# wow, were gettin wacked with snow up here.



## JD3430 (Jan 1, 2012)

Just came in for a break from plowing.

Left at 5AM and plowed until 5PM. We got about 12-14" weds night into thursday morning, then sleet, the rain. Snow was as heavy as concrete.

Now its raining again, then we get 3-6" more tonight.

Should be done by 3AM.

I hope to get a little rest, but they're talking a few more inches Saturday night.

So far small Kubota handling it well, but have another clogging fuel filter. I think my tank has crap in it. Just replaced filters a few months ago.

Also loader raise function barely works. Loader raises slowly. I think the cable or rod connected to loader joystick is "streched".


----------



## ontario hay man (Jul 18, 2013)

You still got your power?


----------



## JD3430 (Jan 1, 2012)

Yes, thank goodness.

I cant do another power outage right now.


----------



## ontario hay man (Jul 18, 2013)

Thats a good sign if the worst is over. Cant complain about making money plowing snow.


----------



## Grateful11 (Apr 5, 2009)

My brother is friends with a guy that owns a fairly large grading Co. He's contracted through the state to keep certain roads cleared. He's getting $275/hr but like my brother said he supplies the equipment, labor and fuel but still sounds like pretty good money to me.


----------



## endrow (Dec 15, 2011)

JD3430 said:


> Just came in for a break from plowing.
> Left at 5AM and plowed until 5PM. We got about 12-14" weds night into thursday morning, then sleet, the rain. Snow was as heavy as concrete.
> Now its raining again, then we get 3-6" more tonight.
> Should be done by 3AM.
> ...


We got the same mess up here


----------



## Vol (Jul 5, 2009)

JD3430 said:


> So far small Kubota handling it well, but have another clogging fuel filter. I think my tank has crap in it. Just replaced filters a few months ago.

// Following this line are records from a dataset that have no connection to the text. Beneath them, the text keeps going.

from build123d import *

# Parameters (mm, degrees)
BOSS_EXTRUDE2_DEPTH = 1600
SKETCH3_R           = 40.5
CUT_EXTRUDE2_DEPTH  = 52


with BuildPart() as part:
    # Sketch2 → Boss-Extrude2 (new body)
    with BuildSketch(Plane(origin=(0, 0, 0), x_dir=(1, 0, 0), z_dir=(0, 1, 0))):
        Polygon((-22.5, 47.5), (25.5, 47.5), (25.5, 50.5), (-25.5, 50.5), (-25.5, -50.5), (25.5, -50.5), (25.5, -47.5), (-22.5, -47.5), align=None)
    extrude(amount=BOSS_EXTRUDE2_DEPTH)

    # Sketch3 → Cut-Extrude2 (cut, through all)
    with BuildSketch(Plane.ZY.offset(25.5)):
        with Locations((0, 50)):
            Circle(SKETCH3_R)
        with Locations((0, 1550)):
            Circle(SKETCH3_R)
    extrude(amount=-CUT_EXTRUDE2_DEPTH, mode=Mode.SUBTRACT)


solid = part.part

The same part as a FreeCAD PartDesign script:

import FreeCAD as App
import Part
import Sketcher
from FreeCAD import Vector
Q = App.Units.Quantity


def add_polygon(sketch, points):
    """Adds a closed chain of lines whose ends are joined by coincident constraints."""
    first, n = sketch.GeometryCount, len(points)
    for a, b in zip(points, points[1:] + points[:1]):
        sketch.addGeometry(Part.LineSegment(App.Vector(*a, 0), App.Vector(*b, 0)), False)
    for i in range(n):
        sketch.addConstraint(Sketcher.Constraint("Coincident", first + i, 2, first + (i + 1) % n, 1))

doc = App.newDocument("Part")
body = doc.addObject("PartDesign::Body", "Body")

# Sketch on XZ plane
sketch1 = body.newObject("Sketcher::SketchObject", "Sketch")
sketch1.AttachmentSupport = (doc.getObject("XZ_Plane"), [""])
sketch1.MapMode = "FlatFace"
add_polygon(sketch1, [(-22.5, -47.5), (25.5, -47.5), (25.5, -50.5), (-25.5, -50.5), (-25.5, 50.5), (25.5, 50.5), (25.5, 47.5), (-22.5, 47.5)])  # lines 0-7
sketch1.addConstraint([
    Sketcher.Constraint("Horizontal", 0),
    Sketcher.Constraint("Vertical", 1),
    Sketcher.Constraint("Horizontal", 2),
    Sketcher.Constraint("Vertical", 3),
    Sketcher.Constraint("Horizontal", 4),
    Sketcher.Constraint("Vertical", 5),
    Sketcher.Constraint("Horizontal", 6),
    Sketcher.Constraint("Vertical", 7),
    Sketcher.Constraint("Symmetric", 1, 2, 3, 2, -1, 1),
    Sketcher.Constraint("Symmetric", 0, 2, 5, 2, -1),
    Sketcher.Constraint("DistanceX", 0, 1, 0, 2, Q("48 mm")),
    Sketcher.Constraint("DistanceX", 2, 2, 2, 1, Q("51 mm")),
    Sketcher.Constraint("DistanceY", 1, 2, 1, 1, Q("3 mm")),
    Sketcher.Constraint("DistanceY", 3, 1, 3, 2, Q("101 mm")),
])
pad1 = body.newObject("PartDesign::Pad", "Pad")
pad1.Profile = sketch1
pad1.Length = 1600
pad1.Reversed = True

# Sketch on YZ plane
sketch2 = body.newObject("Sketcher::SketchObject", "Sketch001")
sketch2.AttachmentSupport = (doc.getObject("YZ_Plane"), [""])
sketch2.MapMode = "FlatFace"
sketch2.AttachmentOffset = App.Placement(Vector(0, 0, -25.5), App.Rotation())
sketch2.addGeometry([
    Part.Circle(Vector(50, 0, 0), Vector(0, 0, 1), 40),
    Part.Circle(Vector(1550, 0, 0), Vector(0, 0, 1), 40),
], False)
sketch2.addConstraint([
    Sketcher.Constraint("Equal", 0, 1),
    Sketcher.Constraint("PointOnObject", 0, 3, -1),
    Sketcher.Constraint("PointOnObject", 1, 3, -1),
    Sketcher.Constraint("Diameter", 0, Q("81 mm")),
    Sketcher.Constraint("DistanceX", -1, 1, 0, 3, Q("50 mm")),
    Sketcher.Constraint("DistanceX", -1, 1, 1, 3, Q("1550 mm")),
])
pocket1 = body.newObject("PartDesign::Pocket", "Pocket")
pocket1.Profile = sketch2
pocket1.Type = "ThroughAll"
pocket1.Reversed = True

doc.recompute()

Sounds like you may have fungus breeding in your tank(s)....is it slimy? May need to do a fungus treatment JD. Very common now with these low sulfur fuels and bios.

Regards, Mike


----------



## JD3430 (Jan 1, 2012)

Yeah I think it's critters, too.
Gotta get some bio treatment.


----------



## slowzuki (Mar 8, 2011)

The kubotas don't have really big filters. I got one bad 5 gal jug and had to clean the filter 2 or 3 times and replace it.


----------



## mlappin (Jun 25, 2009)

Heading down south to set up the in laws fiftieth wedding anniversary party for tonight.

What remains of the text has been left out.